I could never figure out what to put in as worm bedding then came across your article, great pictures too! Where would I find your followup to the worm couple and their offspring?

Thanks!

Kevin
Northern Kentucky

Get your own gravatar by visiting gravatar.com Bentley
#8. October 17th, 2007, at 6:55 PM.

Hi Kevin,
Thanks for the kind words!
I actually did a couple more bin set ups today and will be compiling all the photos into a video presentation (with naration) – hopefully even more valuable for learning how to set up a bin.
That will be an interesting experiment having reds and grindals in the same bin. Not sure how the grindal worms will like the type of bedding (cardboard) I talked about in the article. You may want to include a decent amount of potting soil as well. Based on my understanding, grindals and white worms (which are quite closely related I believe) really like starchy materials like bread, oatmeal etc. Redworms on the other hand will be more interested in rotting fruits and vegetables.
Anyway, I’d be interested to hear how you make out!

As for my proposed “worm couple” experiment, I have yet to start it! I think I may do so with one of the new bins I set up today, once it is well aged.

B.

Get your own gravatar by visiting gravatar.com Petrik
#9. March 8th, 2009, at 9:59 AM.

What happened to your two worm bin experiment?

Get your own gravatar by visiting gravatar.com Bentley
#10. March 9th, 2009, at 1:20 PM.

Hi Petrik,
That idea ended up evolving into the “Four Worm Reproduction Experiment”. You can find the experimental wrap-up post here:
http://www.redwormcomposting.com/worm-composting/four-worm-reproduction-experiment-wrap-up/

Trackback Mention from Cincinnati.com
#11. September 27th, 2010, at 7:44 PM.

Garden Cincinnati! » Separating Worms from Castings in Your Worm Bin | Cincinnati Enquirer | Cincinnati.Com: you are looking for info on setting up a healthy worm bin, this website has a step by step guide with …

Get your own gravatar by visiting gravatar.com Paula
#12. March 4th, 2013, at 1:35 PM.

I just started worm composting a few weeks ago. I am finding it fascinating and cant stop web searching new information on my new hobby.

I thought I’d mention that I am using unused newspaper for our bedding. Our local paper printer sells the leftover end-rolls of newspaper from their printing press for $1 each (my moms home town gives them away) and there is usually a lot of paper left on the roll. Hope that helps out someone who has a hard time generating bedding paper.
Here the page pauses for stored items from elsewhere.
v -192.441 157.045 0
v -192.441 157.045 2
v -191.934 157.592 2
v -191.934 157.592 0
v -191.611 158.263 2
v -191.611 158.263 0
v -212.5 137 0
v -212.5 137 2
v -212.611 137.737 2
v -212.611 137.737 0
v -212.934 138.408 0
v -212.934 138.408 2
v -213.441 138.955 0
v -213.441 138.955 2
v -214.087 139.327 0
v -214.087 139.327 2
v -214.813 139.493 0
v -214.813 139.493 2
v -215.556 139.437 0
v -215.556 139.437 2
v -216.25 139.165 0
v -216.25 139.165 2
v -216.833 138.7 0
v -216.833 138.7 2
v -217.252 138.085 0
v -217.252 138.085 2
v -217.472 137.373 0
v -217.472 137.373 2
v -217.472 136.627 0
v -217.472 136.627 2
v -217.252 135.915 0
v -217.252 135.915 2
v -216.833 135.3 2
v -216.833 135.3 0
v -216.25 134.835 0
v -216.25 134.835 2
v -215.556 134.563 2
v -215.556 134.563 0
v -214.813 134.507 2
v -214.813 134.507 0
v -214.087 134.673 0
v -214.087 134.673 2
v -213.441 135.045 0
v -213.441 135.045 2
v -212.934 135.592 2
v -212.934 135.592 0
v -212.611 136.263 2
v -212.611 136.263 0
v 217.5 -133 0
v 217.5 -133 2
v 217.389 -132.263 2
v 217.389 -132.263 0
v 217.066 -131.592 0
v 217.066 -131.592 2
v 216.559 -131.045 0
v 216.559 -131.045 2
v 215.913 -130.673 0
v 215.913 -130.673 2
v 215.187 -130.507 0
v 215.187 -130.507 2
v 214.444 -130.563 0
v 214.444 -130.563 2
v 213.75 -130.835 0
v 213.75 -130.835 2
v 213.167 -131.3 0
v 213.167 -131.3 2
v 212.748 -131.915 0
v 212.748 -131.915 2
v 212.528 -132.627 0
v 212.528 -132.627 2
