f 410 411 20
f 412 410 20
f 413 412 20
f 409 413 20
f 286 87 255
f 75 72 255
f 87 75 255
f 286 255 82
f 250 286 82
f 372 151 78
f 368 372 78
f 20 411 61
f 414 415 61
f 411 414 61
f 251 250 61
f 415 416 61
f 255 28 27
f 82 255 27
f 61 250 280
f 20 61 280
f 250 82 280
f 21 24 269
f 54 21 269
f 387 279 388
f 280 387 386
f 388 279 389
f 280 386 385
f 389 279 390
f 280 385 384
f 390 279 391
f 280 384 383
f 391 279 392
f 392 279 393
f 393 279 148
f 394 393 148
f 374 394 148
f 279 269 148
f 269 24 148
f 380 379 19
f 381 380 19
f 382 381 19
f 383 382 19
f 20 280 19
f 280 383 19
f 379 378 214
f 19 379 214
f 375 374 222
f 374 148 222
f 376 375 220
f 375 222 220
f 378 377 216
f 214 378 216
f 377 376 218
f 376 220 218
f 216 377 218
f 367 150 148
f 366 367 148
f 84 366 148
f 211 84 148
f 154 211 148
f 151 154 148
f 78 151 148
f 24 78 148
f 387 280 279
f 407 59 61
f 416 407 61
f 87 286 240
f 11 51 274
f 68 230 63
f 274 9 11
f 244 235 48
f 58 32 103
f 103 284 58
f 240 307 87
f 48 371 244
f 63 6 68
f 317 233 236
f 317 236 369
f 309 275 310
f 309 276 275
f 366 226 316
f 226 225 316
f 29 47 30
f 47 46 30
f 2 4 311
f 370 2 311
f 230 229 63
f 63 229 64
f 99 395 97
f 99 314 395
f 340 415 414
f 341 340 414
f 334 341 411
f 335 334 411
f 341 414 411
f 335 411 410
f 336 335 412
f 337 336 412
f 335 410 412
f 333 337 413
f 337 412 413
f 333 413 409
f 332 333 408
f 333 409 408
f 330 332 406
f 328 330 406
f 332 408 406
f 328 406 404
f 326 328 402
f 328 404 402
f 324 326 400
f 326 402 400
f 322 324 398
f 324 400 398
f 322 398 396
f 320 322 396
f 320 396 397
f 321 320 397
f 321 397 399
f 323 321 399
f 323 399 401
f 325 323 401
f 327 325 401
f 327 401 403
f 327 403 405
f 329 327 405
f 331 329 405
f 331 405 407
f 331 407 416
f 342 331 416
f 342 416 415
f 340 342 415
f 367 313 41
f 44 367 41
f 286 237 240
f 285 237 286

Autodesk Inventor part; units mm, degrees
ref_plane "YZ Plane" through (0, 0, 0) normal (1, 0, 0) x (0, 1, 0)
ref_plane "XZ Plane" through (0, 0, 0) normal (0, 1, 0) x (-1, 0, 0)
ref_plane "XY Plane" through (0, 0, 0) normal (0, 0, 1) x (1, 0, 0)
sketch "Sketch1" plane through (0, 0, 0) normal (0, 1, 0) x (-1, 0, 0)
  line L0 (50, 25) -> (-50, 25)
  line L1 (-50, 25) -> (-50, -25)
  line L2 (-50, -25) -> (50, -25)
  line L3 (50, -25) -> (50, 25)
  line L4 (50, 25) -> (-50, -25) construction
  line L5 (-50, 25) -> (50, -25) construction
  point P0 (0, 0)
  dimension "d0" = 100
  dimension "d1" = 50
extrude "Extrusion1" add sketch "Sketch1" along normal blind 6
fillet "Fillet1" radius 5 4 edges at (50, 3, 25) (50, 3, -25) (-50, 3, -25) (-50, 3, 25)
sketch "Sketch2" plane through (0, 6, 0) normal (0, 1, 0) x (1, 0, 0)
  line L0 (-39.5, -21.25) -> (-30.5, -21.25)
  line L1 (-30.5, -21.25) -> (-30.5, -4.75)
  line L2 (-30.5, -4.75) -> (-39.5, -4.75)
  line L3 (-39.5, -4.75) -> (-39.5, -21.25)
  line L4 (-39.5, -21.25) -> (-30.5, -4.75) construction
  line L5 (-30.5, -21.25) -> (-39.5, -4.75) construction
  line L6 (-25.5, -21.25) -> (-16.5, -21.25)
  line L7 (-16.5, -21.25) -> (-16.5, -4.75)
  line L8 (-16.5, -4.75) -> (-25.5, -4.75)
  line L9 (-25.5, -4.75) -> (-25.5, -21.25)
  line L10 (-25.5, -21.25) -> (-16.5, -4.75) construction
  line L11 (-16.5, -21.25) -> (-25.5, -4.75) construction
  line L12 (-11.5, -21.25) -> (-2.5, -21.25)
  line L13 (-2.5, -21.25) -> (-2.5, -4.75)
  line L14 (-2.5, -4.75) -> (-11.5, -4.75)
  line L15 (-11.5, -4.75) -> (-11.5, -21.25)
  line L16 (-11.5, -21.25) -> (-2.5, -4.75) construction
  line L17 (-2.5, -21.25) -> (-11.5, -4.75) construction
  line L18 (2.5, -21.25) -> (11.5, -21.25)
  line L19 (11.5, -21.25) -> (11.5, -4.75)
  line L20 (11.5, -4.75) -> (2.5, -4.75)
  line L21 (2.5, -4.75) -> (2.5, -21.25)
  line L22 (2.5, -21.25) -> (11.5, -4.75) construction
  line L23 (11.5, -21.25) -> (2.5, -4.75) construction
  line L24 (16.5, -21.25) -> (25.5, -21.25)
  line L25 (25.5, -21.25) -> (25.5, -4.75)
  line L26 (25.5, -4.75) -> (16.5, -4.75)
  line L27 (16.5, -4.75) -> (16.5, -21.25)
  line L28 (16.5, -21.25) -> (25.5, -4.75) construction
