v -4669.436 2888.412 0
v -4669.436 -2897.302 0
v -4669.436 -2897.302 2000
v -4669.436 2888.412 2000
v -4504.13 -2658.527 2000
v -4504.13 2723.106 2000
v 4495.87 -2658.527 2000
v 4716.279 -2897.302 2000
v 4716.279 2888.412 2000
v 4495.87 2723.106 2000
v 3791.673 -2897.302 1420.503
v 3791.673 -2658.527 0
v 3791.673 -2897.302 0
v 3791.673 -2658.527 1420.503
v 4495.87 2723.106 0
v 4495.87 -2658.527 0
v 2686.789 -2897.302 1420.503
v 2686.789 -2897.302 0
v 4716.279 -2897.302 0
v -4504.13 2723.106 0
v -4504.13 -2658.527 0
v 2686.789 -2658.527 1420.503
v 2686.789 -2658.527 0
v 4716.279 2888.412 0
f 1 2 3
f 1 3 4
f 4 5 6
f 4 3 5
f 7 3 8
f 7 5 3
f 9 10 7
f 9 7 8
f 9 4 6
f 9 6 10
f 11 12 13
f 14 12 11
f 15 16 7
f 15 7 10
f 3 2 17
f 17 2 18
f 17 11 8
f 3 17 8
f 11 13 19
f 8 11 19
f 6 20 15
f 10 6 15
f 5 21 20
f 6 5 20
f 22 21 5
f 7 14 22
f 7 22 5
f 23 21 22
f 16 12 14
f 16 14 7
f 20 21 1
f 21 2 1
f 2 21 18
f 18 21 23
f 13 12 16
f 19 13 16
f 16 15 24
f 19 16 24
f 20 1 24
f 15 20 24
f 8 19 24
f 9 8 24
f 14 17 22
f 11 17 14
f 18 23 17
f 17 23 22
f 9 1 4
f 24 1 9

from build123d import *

# Parameters (mm, degrees)
F0_W     = 9385.715129
F0_H     = 5785.714729
F0_W_2   = 9000
F0_H_2   = 5381.632708
F1_DEPTH = 2000
F2_W     = 1104.88391
F2_H     = 1420.503378
F3_DEPTH = 25.4
F4_DEPTH = 1727.2


with BuildPart() as f1:
    # F0 (on Top) → F1 (new body)
    with BuildSketch(Plane.XY):
        with Locations((23.421733, -4.445001)):
            Rectangle(F0_W, F0_H)
        with Locations((-4.129804, 32.289783)):
            Rectangle(F0_W_2, F0_H_2, mode=Mode.SUBTRACT)
    extrude(amount=F1_DEPTH)

    # F2 (on face) → F3 (cut)
    with BuildSketch(Plane.XZ.offset(2897.302365)):
        with Locations((3239.230752, 710.251689)):
            Rectangle(F2_W, F2_H)
    extrude(amount=F3_DEPTH, mode=Mode.SUBTRACT)

    # F2 (on face) → F4 (cut)
    with BuildSketch(Plane.XZ.offset(2897.302365)):
        with Locations((3239.230752, 710.251689)):
            Rectangle(F2_W, F2_H)
    extrude(amount=-F4_DEPTH, mode=Mode.SUBTRACT)


solid = f1.part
Get your own gravatar by visiting gravatar.com Craig
#13. September 25th, 2014, at 6:26 PM.

Interesting was to transfer the worms from one bin to another. MY method is to dump a tray from my bins into a plastic planting tray (large). I leave it there for about a week or two, I keep my bins very moist. Also, I have the bins in the basement. I find that this gives the cocoons a chance to hatch. I then sit down for about an hour and a half and sort through by hand to find all the worms possible. At the same time, all the cocoons that haven’t hatched get picked out also.